# US Citizen, long term UK resident help with catching up on US taxes



## KRM2015 (Jan 21, 2015)

Hi guys

I was born in Texas but have lived in the UK from a young age. I'm now 29 and have only recently become aware of my obligations to file US taxes. I have been linked to the streamlined filing compliance procedures designed to help people like me catch up with "delinquent tax returns".

My income is fairly modest and all comes from the UK. I have done as much research as I can and have worked out the following:

(1) To catch up, I need to file tax returns for the previous 3 years (2014, 2013, 2012) and 6 years of FBARs
(2) For each year I need to fill out form 1040
(3) I am eligible for the Foreign Earned Income exclusion so should fill out form 2555EZ

I have some questions which I wondered if anyone who has been through this same process can help me with. I have been quoted around $1000 by taxesforexpats.com to do this all for me but I'm not able to afford that so I'm trying to do it all myself

Questions:

(A) Do i need to fill out form 2555EZ for each of the last 3 years? I think I do but I can't find where to get historic copies of this form from? I have the 2014 form but not the 2013 or 2012?

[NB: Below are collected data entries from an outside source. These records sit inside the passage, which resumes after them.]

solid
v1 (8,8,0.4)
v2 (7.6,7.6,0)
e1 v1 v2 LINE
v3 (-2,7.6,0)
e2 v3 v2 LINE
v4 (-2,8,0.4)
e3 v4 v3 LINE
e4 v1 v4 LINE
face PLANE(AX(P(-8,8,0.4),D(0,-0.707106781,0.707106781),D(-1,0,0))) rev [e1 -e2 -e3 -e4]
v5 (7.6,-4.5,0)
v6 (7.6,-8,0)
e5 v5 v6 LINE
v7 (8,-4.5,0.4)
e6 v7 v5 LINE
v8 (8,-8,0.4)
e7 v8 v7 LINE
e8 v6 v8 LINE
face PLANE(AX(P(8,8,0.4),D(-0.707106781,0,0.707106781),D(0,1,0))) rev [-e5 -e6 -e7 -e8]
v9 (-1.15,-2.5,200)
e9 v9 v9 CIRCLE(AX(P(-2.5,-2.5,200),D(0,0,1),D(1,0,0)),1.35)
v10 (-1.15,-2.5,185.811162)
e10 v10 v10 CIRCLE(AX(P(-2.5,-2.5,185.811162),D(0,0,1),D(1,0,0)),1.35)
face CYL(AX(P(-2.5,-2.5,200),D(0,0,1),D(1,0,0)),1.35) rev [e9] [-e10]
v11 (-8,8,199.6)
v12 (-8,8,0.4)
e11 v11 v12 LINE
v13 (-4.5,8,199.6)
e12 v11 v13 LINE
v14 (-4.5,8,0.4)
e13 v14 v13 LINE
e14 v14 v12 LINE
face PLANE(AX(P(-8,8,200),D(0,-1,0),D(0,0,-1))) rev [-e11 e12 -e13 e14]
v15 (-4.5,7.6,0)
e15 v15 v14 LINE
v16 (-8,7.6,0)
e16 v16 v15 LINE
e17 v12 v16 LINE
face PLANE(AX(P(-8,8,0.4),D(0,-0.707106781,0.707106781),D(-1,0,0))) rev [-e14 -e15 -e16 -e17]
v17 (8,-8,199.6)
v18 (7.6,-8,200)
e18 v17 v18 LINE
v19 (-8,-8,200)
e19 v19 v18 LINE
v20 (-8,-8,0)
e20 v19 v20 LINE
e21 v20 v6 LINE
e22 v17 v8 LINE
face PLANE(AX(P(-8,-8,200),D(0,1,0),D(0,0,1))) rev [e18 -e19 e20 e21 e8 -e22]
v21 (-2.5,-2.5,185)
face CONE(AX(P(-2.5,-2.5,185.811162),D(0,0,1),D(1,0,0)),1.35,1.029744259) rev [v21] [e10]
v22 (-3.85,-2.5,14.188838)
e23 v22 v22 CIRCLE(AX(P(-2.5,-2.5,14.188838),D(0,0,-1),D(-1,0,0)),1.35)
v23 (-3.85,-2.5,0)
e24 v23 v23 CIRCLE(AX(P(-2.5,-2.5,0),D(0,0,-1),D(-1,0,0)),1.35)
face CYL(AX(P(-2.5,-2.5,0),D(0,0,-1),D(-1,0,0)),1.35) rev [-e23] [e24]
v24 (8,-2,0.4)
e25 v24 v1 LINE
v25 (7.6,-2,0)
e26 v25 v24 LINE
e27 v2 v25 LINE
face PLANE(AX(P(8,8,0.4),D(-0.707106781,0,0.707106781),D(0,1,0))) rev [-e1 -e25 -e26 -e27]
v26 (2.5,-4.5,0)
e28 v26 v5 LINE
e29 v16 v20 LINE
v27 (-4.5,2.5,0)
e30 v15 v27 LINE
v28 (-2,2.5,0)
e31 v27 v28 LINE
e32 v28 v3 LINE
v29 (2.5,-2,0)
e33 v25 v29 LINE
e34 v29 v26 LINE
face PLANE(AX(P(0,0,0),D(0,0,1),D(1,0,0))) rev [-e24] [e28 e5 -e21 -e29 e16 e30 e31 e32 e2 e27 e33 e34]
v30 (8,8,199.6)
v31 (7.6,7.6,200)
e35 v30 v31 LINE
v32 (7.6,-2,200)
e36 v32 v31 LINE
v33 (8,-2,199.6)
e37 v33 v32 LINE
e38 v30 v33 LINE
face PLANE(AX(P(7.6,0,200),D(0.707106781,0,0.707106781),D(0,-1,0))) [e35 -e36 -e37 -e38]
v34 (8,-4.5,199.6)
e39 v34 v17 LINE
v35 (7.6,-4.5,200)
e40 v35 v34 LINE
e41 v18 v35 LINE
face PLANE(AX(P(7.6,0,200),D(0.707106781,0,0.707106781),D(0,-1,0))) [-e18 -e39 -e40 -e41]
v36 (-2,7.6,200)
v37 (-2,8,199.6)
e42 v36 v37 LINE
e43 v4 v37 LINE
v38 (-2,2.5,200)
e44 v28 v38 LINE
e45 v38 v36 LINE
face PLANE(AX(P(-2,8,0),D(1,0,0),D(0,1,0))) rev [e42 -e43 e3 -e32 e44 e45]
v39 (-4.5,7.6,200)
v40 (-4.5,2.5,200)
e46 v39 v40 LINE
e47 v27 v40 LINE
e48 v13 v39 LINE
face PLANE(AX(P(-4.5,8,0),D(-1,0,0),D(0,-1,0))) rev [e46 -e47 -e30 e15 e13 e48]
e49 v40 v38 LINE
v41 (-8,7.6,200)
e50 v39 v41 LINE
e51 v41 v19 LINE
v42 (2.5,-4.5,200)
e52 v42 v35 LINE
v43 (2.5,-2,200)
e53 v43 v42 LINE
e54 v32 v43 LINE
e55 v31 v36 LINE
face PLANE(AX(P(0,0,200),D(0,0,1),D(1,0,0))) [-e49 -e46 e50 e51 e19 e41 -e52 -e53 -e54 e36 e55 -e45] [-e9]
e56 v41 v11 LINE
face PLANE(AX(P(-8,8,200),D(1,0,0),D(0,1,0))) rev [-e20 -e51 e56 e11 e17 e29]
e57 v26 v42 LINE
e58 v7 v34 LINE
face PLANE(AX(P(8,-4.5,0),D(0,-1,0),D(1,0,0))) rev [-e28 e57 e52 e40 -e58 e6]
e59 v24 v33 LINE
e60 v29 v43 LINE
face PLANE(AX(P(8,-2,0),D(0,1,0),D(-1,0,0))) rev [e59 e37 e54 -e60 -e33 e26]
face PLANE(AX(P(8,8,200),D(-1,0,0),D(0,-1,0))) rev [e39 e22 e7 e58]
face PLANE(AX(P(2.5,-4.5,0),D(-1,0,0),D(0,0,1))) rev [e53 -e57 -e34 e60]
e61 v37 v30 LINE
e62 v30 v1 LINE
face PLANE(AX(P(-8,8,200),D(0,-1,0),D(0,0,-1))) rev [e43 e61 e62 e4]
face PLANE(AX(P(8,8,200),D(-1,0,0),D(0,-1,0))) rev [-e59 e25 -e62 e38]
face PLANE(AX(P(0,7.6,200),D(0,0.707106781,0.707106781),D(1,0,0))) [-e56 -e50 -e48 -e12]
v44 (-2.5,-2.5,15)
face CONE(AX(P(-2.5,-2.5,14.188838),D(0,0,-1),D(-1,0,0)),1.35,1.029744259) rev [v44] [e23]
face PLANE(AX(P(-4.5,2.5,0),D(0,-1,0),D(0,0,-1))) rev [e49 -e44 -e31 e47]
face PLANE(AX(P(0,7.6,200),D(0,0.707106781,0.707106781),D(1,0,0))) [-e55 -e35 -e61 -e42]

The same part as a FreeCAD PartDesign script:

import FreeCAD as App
import Part
import Sketcher
Q = App.Units.Quantity


def edges_at(feature, points):
    """Names of the edges that pass closest to the given points."""
    edges = feature.Shape.Edges
    near = lambda p: min(range(len(edges)), key=lambda i: edges[i].distToShape(Part.Vertex(*p))[0])
    return sorted({f"Edge{near(p) + 1}" for p in points})


def add_polygon(sketch, points):
    """Adds a closed chain of lines whose ends are joined by coincident constraints."""
    first, n = sketch.GeometryCount, len(points)
    for a, b in zip(points, points[1:] + points[:1]):
        sketch.addGeometry(Part.LineSegment(App.Vector(*a, 0), App.Vector(*b, 0)), False)
    for i in range(n):
        sketch.addConstraint(Sketcher.Constraint("Coincident", first + i, 2, first + (i + 1) % n, 1))

doc = App.newDocument("Part")
body = doc.addObject("PartDesign::Body", "Body")

# Sketch on XY plane
sketch1 = doc.addObject("Sketcher::SketchObject", "Sketch")
body.addObject(sketch1)
sketch1.AttachmentSupport = (doc.XY_Plane, [""])
sketch1.MapMode = "FlatFace"
add_polygon(sketch1, [(-8, 8), (-8, -8), (8, -8), (8, 8)])  # lines 0-3
sketch1.addConstraint([
    Sketcher.Constraint("Vertical", 0),
    Sketcher.Constraint("Horizontal", 1),
    Sketcher.Constraint("Vertical", 2),
    Sketcher.Constraint("Horizontal", 3),
    Sketcher.Constraint("Symmetric", 0, 2, 2, 2, -1, 1),
    Sketcher.Constraint("Equal", 3, 0),
    Sketcher.Constraint("DistanceX", 1, 1, 1, 2, Q("16 mm")),
])
pad1 = doc.addObject("PartDesign::Pad", "Pad")
body.addObject(pad1)
pad1.Profile = sketch1
pad1.Length = 200

# Sketch on XY plane
sketch2 = doc.addObject("Sketcher::SketchObject", "Sketch001")
body.addObject(sketch2)
sketch2.AttachmentSupport = (doc.XY_Plane, [""])
sketch2.MapMode = "FlatFace"
sketch2.AttachmentOffset = App.Placement(App.Vector(0, 0, 200), App.Rotation())
add_polygon(sketch2, [(-4.5, 8), (-4.5, 2.5), (-2, 2.5), (-2, 8)])  # lines 0-3
add_polygon(sketch2, [(2.5, -2), (2.5, -4.5), (8, -4.5), (8, -2)])  # lines 4-7
sketch2.addConstraint([
    Sketcher.Constraint("Vertical", 0),
    Sketcher.Constraint("Horizontal", 1),
    Sketcher.Constraint("Vertical", 2),
    Sketcher.Constraint("Horizontal", 3),
    Sketcher.Constraint("Vertical", 4),
    Sketcher.Constraint("Horizontal", 5),
    Sketcher.Constraint("Vertical", 6),
    Sketcher.Constraint("Horizontal", 7),
    Sketcher.Constraint("Equal", 7, 0),
    Sketcher.Constraint("Equal", 3, 4),
    Sketcher.Constraint("DistanceX", 1, 1, 1, 2, Q("2.5 mm")),
    Sketcher.Constraint("DistanceX", 5, 1, 5, 2, Q("5.5 mm")),
    Sketcher.Constraint("DistanceX", 1, 2, -1, 1, Q("2 mm")),
    Sketcher.Constraint("DistanceY", -1, 1, 2, 2, Q("8 mm")),
    Sketcher.Constraint("DistanceX", -1, 1, 5, 2, Q("8 mm")),
    Sketcher.Constraint("DistanceY", 6, 2, -1, 1, Q("2 mm")),
])
pocket1 = doc.addObject("PartDesign::Pocket", "Pocket")
body.addObject(pocket1)
pocket1.Profile = sketch2
pocket1.Type = "ThroughAll"
doc.recompute()

chamfer = doc.addObject("PartDesign::Chamfer", "Chamfer")
body.addObject(chamfer)
chamfer.Base = (pocket1, edges_at(pocket1, [
    (8, 3, 0),
    (-6.25, 8, 0),
    (8, 3, 200),
    (-6.25, 8, 200),
    (8, -6.25, 200),
    (3, 8, 0),
    (8, -6.25, 0),
    (3, 8, 200),
]))
chamfer.Size = 0.4

# Sketch on XY plane
sketch3 = doc.addObject("Sketcher::SketchObject", "Sketch002")
body.addObject(sketch3)
sketch3.AttachmentSupport = (doc.XY_Plane, [""])
sketch3.MapMode = "FlatFace"
sketch3.AttachmentOffset = App.Placement(App.Vector(0, 0, 200), App.Rotation())
sketch3.addGeometry(Part.Circle(App.Vector(-2.5, -2.5, 0), App.Vector(0, 0, 1), 1.4), False)
sketch3.addConstraint([
    Sketcher.Constraint("Diameter", 0, Q("2.7 mm")),
    Sketcher.Constraint("DistanceX", 0, 3, -1, 1, Q("2.5 mm")),
    Sketcher.Constraint("DistanceY", 0, 3, -1, 1, Q("2.5 mm")),
])
doc.recompute()
hole = doc.addObject("PartDesign::Hole", "Hole")
body.addObject(hole)
hole.Profile = sketch3
hole.ThreadType = "None"
hole.Diameter = 2.7
hole.DepthType = "Dimension"
hole.Depth = 14.188838
hole.DrillPoint = "Angled"
hole.DrillPointAngle = 118

# Sketch on XY plane
sketch4 = doc.addObject("Sketcher::SketchObject", "Sketch003")
body.addObject(sketch4)
sketch4.AttachmentSupport = (doc.XY_Plane, [""])
sketch4.MapMode = "FlatFace"
sketch4.addGeometry(Part.Circle(App.Vector(-2.5, -2.5, 0), App.Vector(0, 0, 1), 1.4), False)
sketch4.addConstraint([
    Sketcher.Constraint("Diameter", 0, Q("2.7 mm")),
    Sketcher.Constraint("DistanceX", 0, 3, -1, 1, Q("2.5 mm")),
    Sketcher.Constraint("DistanceY", 0, 3, -1, 1, Q("2.5 mm")),
])
doc.recompute()
hole2 = doc.addObject("PartDesign::Hole", "Hole001")
body.addObject(hole2)
hole2.Profile = sketch4
hole2.ThreadType = "None"
hole2.Diameter = 2.7
hole2.DepthType = "Dimension"
hole2.Depth = 14.188838
hole2.DrillPoint = "Angled"
hole2.DrillPointAngle = 118
hole2.Reversed = True

doc.recompute()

I'll just start with that 1 and see where we get to

Thanks in advance for any help, I'm truly appreciative of anyone spending the time to read this

Amy


----------



## BBCWatcher (Dec 28, 2012)

Not quite. The IRS's Streamlined Program requires filing the 3 years that are late, so that'd be 2011, 2012, and 2013. Your tax year 2014 return is not yet late, so you'd file that one per normal schedule. You can extend the filing deadline (receipt date at the IRS) for tax year 2014 as late as October 15, 2015, by filing a request for an extension (IRS Form 4868). Otherwise your 2014 return is due at the IRS on June 15, 2015, assuming you attach the simple statement that you're an overseas resident and qualify for the June 15th deadline. You also get until June 15th (but not October 15th) if you owe any remaining tax for tax year 2014. (Probably you don't owe any.)

Same with your FBARs (FinCEN Form 114): 2014 when due (June 30) plus 2013, 2012, 2011, 2010, 2009, and 2008.

You don't _need_ to take the Foreign Earned Income Exclusion (Form 2555/Form 2555EZ) at all. You could take the Foreign Tax Credit (Form 1116) alone if you wish. That one's a choice. But yes, in each year you'd file that year's complete tax return, including either (or sometimes both) the FEIE and FTC forms. The IRS's Web site has older tax year editions of all forms available. Just use your favorite Internet search engine and you can find them easily.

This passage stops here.